In a strange way, through the political commentary and the gory mess that is the plot of The Boys, the show found time to invest a critique of toxic masculinity, and, even broader, the patriarchy. In a way, The Boys is just as much a commentary on the legacy you pass down and the consequences of your actions. Through tying that to masculinity and the patriarchy, The Boys offers alternatives on how to be a man, a boyfriend and a father through various characters like MM, Frenchie, Butcher and even more specifically Hughie by presenting what the alternative to each are.


In a way, The Boys offers a critique to Feminism as well through the conclusion of Starlight’s relationship to Maeve from Season One to Season Three. For Starlight, Maeve was always her hero. Unfortunately, Maeve hasn’t always seen it that way and on occasion finds Starlight to be a bit soft as Maeve sees the sexual harassment, the gendered double standards and all of Vought’s bullshit as something women simply have to endure to get to the top even if it means screwing someone over.


But Starlight prevents an alternative to Maeve, the alternative of eliminating the system that perpetuates harming women with the excuse and promise of power almost equal to men.

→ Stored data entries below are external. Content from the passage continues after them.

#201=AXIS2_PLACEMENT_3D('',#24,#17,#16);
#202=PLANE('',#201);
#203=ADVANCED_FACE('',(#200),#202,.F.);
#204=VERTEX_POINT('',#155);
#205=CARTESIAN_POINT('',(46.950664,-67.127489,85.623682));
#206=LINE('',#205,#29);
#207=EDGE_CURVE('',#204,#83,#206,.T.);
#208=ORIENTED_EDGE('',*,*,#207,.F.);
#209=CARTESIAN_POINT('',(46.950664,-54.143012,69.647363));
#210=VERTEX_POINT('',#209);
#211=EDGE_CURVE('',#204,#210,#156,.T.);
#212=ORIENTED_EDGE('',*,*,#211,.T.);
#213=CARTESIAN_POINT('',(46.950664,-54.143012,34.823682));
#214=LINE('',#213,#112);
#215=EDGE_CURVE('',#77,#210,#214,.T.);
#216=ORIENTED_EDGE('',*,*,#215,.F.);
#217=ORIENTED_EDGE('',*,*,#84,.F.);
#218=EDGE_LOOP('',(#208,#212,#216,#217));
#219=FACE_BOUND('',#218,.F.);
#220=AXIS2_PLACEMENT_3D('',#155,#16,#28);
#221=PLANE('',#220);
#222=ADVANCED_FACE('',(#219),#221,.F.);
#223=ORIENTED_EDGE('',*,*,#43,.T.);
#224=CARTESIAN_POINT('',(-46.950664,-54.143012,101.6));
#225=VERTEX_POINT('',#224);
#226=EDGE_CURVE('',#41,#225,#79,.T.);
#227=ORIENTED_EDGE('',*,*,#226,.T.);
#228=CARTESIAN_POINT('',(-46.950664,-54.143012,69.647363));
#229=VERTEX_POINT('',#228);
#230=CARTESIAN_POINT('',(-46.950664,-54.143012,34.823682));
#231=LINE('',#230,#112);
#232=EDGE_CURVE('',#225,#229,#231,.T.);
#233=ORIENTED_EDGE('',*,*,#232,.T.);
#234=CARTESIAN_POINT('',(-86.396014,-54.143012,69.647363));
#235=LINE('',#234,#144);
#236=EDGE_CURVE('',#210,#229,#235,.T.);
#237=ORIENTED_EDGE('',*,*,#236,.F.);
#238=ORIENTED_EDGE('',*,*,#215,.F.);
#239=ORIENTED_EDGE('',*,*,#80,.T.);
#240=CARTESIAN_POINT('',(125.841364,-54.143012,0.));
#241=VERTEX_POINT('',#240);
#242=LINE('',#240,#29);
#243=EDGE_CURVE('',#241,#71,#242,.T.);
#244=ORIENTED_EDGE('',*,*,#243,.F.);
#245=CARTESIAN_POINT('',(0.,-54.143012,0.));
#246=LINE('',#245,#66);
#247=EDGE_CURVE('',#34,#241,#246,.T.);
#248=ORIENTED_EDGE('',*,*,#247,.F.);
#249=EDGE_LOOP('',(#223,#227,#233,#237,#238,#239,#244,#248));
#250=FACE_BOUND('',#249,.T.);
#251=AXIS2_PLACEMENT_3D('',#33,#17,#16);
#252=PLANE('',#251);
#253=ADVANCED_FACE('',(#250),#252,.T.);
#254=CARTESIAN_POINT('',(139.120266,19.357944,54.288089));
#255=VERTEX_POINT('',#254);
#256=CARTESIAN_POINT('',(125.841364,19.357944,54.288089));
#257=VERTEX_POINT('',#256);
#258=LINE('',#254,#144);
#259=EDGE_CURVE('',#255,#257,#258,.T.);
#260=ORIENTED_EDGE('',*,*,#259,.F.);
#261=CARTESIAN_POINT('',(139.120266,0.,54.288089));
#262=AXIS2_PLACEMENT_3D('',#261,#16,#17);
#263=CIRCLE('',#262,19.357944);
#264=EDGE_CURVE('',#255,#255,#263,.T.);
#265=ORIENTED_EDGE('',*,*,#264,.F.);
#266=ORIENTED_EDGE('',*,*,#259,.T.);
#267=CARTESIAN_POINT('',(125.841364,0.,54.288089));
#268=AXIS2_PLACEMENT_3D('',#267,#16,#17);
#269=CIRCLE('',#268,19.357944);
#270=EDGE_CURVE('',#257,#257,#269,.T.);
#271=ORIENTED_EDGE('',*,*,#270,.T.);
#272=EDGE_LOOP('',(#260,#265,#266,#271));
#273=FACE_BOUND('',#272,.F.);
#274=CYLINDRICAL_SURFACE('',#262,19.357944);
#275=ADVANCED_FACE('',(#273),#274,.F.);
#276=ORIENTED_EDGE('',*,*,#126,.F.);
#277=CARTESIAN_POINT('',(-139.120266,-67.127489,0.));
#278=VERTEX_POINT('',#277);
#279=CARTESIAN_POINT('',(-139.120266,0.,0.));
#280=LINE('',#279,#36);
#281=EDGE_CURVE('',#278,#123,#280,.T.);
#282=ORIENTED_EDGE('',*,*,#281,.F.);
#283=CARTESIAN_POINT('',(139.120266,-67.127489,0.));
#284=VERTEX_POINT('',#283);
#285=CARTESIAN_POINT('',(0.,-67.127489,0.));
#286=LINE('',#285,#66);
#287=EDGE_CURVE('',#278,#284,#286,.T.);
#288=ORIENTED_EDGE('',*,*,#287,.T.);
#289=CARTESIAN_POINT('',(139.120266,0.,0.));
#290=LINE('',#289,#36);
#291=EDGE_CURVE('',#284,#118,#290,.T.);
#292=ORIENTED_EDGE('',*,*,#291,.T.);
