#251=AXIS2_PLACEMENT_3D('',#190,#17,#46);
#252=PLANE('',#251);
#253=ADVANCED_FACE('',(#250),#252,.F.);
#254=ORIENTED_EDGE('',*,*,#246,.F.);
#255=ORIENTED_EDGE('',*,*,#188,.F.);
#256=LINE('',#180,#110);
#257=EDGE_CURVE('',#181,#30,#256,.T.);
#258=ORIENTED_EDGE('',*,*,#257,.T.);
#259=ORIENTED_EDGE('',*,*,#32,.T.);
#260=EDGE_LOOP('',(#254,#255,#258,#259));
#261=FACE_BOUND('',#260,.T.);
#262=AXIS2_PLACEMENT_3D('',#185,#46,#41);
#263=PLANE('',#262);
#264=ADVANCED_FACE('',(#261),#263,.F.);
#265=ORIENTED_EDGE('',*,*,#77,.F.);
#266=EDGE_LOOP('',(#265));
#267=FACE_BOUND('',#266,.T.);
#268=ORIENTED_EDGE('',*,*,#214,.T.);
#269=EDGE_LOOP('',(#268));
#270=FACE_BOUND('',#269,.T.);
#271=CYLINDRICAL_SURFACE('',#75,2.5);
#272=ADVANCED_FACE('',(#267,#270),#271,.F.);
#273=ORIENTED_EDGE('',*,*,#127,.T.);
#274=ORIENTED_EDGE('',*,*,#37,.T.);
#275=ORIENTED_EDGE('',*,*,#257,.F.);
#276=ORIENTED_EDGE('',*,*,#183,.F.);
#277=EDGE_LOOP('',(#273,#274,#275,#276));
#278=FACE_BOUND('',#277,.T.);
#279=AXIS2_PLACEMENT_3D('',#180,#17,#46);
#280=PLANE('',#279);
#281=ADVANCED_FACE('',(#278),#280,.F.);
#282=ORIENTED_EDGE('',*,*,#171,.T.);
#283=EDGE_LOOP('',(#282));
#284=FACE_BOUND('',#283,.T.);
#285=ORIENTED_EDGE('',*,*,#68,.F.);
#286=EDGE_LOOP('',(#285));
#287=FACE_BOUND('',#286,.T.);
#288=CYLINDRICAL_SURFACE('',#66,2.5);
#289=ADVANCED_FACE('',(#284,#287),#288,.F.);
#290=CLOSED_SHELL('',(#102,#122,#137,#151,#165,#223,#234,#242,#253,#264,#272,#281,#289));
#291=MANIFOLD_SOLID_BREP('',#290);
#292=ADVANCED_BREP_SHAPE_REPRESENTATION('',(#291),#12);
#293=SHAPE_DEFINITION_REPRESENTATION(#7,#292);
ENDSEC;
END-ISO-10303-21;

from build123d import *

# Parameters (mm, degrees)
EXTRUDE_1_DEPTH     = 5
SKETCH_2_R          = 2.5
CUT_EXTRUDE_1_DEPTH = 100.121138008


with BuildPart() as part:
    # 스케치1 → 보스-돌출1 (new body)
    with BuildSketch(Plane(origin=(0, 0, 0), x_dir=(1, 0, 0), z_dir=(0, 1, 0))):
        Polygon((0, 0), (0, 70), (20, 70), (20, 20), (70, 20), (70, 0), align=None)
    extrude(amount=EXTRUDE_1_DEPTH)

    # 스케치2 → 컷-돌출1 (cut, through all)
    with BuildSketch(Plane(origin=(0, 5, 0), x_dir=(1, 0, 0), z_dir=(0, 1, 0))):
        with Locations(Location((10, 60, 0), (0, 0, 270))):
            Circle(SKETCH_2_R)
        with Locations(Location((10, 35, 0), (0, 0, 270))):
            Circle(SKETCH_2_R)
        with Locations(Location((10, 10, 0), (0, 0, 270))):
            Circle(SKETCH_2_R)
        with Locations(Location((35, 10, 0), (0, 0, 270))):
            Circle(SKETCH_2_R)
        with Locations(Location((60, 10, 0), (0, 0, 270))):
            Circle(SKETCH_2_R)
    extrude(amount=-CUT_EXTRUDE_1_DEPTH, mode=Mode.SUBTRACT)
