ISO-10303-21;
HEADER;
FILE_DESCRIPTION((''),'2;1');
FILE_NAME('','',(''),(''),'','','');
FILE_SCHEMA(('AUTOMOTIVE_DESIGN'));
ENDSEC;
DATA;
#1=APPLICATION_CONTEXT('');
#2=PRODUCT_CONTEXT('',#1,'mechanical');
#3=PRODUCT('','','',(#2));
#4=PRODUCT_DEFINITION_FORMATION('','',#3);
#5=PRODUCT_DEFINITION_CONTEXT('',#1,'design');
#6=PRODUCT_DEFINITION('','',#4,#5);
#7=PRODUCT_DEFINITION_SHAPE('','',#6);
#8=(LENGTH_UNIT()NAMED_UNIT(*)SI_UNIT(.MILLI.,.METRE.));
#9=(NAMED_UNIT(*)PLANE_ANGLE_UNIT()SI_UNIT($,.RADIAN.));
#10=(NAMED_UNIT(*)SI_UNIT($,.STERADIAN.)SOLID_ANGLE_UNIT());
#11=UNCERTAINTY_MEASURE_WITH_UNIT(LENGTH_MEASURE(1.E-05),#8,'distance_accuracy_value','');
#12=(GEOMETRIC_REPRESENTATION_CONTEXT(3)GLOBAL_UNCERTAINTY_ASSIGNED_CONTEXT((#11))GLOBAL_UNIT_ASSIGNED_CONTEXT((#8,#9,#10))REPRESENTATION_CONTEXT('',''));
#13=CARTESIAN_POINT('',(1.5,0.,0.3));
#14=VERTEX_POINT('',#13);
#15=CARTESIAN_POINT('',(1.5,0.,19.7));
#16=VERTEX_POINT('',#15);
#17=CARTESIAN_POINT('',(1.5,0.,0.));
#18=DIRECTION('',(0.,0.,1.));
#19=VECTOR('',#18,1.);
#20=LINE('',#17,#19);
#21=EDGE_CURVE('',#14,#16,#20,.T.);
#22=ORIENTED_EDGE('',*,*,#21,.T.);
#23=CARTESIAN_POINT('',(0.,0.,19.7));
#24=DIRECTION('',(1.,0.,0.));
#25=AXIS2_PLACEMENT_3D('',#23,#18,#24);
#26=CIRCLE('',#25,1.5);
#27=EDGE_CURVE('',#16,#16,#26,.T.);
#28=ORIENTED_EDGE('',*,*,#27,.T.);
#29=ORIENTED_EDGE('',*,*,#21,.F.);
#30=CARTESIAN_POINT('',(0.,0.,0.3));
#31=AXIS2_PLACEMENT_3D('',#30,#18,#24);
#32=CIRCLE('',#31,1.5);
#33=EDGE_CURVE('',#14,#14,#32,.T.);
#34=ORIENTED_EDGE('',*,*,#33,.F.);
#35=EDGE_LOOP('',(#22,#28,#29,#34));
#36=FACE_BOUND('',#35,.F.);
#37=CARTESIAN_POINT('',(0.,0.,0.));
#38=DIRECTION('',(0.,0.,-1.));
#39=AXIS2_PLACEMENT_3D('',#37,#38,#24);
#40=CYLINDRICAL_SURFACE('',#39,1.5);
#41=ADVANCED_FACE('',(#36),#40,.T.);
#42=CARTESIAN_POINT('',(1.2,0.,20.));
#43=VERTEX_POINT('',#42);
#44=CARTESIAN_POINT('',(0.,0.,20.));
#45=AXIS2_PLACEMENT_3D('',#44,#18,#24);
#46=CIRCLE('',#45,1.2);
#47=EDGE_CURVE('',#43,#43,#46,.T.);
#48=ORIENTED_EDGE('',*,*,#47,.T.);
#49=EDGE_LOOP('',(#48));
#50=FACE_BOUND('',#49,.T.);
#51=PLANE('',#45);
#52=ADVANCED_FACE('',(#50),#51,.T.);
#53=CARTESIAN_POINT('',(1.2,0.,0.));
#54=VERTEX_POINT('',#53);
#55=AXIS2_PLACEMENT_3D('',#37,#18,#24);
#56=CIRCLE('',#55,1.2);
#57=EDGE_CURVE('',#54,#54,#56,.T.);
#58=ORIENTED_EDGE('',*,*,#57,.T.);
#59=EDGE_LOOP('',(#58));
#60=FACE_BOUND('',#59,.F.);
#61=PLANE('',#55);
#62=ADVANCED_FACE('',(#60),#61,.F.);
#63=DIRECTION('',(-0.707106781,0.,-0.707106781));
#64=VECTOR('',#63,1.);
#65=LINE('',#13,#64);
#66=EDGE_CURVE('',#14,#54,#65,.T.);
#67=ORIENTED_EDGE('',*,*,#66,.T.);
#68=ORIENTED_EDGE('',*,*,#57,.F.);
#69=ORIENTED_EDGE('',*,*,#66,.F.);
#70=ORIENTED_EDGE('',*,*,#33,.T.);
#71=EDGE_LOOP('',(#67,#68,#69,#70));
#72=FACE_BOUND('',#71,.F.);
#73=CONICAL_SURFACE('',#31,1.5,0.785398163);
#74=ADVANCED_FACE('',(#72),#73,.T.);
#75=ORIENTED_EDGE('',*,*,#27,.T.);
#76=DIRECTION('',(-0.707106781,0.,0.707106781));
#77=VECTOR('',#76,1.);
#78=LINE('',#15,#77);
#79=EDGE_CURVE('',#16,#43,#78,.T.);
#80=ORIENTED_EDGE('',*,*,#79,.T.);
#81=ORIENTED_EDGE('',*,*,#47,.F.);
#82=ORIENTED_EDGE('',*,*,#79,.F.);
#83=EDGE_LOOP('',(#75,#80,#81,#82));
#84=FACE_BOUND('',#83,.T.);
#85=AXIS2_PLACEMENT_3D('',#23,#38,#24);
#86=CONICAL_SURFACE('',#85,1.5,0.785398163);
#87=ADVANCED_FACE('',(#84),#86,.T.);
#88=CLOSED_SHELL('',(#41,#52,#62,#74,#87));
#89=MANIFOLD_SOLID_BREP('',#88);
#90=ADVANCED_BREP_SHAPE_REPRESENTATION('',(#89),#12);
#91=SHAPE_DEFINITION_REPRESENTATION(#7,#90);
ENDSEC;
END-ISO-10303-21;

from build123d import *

# Parameters (mm, degrees)
SKETCH_R     = 1.5
PAD_DEPTH    = 20
CHAMFER_SIZE = 0.3


with BuildPart() as part:
    # Sketch → Pad (new body)
    with BuildSketch(Plane.XY):
        Circle(SKETCH_R)
    extrude(amount=PAD_DEPTH)

    # Chamfer
    chamfer_edges = [part.edges().sort_by_distance(p)[0] for p in [
        (-1.5, 0, 20),
        (-1.5, 0, 0),
    ]]
    chamfer(chamfer_edges, length=CHAMFER_SIZE)


solid = part.part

By Starlight showing Maeve that they will never be equal to the men at Vought, the two superheroes seek to find their strength and power elsewhere through different means.

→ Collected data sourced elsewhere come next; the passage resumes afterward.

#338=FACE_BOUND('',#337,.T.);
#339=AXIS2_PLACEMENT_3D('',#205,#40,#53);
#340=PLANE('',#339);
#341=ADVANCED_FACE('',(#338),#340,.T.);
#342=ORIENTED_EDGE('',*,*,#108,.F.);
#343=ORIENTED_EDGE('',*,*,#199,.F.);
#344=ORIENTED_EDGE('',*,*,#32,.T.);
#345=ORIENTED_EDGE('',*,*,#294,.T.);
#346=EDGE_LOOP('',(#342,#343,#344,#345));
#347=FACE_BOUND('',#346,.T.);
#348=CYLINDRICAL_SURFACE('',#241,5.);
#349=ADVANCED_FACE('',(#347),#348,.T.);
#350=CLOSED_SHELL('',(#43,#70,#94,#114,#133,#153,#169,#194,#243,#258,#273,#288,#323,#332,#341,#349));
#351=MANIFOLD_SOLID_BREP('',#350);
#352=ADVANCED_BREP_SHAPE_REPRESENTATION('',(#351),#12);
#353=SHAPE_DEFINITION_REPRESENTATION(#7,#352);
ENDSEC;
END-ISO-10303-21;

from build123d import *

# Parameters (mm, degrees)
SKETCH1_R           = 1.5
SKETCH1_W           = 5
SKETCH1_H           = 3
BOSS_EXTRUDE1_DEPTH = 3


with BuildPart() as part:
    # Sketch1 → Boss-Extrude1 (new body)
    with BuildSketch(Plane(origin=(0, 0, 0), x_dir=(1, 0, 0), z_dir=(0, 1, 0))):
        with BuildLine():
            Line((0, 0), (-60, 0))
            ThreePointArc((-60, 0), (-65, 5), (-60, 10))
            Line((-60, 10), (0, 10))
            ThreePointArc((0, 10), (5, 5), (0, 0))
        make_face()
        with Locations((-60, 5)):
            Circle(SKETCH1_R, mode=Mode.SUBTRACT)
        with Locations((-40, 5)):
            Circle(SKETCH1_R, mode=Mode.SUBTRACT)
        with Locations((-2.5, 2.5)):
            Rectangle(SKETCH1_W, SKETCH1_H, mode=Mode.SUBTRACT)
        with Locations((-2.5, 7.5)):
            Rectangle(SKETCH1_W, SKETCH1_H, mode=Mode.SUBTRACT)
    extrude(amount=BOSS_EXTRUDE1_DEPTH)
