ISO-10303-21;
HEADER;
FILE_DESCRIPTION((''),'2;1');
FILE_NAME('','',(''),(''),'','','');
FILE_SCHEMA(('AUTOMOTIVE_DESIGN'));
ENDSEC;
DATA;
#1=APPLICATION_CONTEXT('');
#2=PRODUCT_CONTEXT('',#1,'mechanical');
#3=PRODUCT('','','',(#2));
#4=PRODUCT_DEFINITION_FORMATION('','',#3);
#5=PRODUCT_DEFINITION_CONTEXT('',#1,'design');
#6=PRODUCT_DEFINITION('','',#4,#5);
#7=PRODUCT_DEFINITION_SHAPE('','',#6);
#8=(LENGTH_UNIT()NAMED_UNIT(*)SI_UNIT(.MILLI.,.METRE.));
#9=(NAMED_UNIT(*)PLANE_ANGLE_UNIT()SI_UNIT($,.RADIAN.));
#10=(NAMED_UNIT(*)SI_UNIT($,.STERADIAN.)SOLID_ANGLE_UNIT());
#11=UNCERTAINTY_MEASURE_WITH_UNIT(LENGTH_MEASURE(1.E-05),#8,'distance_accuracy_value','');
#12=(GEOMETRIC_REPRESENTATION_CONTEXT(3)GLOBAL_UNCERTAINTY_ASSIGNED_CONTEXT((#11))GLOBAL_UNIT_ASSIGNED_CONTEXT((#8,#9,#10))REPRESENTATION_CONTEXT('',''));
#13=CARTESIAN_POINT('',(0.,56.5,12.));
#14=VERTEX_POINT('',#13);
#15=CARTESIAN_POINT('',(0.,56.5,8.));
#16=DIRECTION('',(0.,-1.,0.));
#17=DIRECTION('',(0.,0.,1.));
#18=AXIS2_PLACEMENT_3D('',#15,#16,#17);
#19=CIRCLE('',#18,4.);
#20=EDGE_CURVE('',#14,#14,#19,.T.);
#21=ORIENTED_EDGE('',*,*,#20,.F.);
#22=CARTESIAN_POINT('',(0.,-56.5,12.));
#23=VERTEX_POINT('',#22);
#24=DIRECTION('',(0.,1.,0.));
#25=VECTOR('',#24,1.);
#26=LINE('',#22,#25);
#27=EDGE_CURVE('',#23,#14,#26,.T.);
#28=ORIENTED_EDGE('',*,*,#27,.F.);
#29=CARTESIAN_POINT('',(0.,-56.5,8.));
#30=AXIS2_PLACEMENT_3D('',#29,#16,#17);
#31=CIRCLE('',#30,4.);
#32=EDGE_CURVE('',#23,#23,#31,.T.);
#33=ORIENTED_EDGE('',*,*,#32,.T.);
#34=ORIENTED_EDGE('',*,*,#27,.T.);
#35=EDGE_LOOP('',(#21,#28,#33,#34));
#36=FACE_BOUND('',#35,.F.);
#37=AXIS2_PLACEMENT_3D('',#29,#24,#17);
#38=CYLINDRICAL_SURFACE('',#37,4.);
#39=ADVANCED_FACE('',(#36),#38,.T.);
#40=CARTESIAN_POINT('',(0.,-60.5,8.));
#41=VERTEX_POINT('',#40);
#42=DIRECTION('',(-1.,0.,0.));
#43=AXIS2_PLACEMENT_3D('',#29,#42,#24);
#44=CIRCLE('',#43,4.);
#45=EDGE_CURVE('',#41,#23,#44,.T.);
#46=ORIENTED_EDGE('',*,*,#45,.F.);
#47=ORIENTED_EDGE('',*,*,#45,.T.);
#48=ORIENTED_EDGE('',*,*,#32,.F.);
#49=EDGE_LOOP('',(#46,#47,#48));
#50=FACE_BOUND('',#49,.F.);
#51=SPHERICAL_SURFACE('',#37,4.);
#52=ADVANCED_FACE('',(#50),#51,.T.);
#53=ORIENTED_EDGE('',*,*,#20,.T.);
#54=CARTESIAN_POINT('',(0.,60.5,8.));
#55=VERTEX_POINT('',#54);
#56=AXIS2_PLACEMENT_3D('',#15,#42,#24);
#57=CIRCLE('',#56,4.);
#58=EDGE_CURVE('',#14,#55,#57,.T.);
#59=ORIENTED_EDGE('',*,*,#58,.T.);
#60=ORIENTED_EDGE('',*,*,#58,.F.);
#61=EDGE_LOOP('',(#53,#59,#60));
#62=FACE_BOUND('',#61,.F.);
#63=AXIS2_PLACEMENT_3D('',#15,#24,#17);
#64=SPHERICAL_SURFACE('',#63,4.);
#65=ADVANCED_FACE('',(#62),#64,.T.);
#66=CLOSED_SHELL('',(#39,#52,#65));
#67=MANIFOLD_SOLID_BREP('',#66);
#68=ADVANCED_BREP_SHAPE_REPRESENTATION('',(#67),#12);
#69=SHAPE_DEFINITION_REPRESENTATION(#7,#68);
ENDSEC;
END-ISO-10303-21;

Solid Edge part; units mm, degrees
sketch "Sketch1" plane through (0, 0, 0) normal (1, 0, 0) x (0, 1, 0)
  arc A0 (-60.5, 8) -> (-56.5, 12) centre (-56.5, 8) cw
  line L0 (-56.5, 12) -> (56.5, 12)
  arc A1 (56.5, 12) -> (60.5, 8) centre (56.5, 8) cw
  line L1 (60.5, 8) -> (-60.5, 8)
revolve "RevolvedProtrusion1" add sketch "Sketch1" angle 360 about axis through (0, 60.5, 8) along (0, -1, 0)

For Starlight, it’s in her strong conviction to help the everyday person, to find different paths when it seems the most violent is the clearest answer.


For Maeve, it is realizing she no longer has to define herself through her guilt in not doing anything to end Homelander’s cruelty. Eventually, Maeve realizes that even the smallest actions are sometimes enough to create change.


And in a way, the two realize that true strength is not in the proximity to the power men hold, but by creating and demonstrating new ways to be strong; once again another way the show shows that the systems in place are not the only ways we must live.


This ending of cycles of trauma repeat themselves through almost every character: MM, Frenchie, Kimiko, A-Train and even Ashley to some extent.


Some fans might find the ending of The Boys to be circular, placing our characters right at the start of where they were at the beginning of Season Three. But I’d disagree. Just in the same way each and every character ends some cycle of trauma, the show now presents each character with new ways to create change without it always having to be “scorched earth.”


At the end of Season Three, the journey is worth more than the destination in the same way that the means do not justify the ends.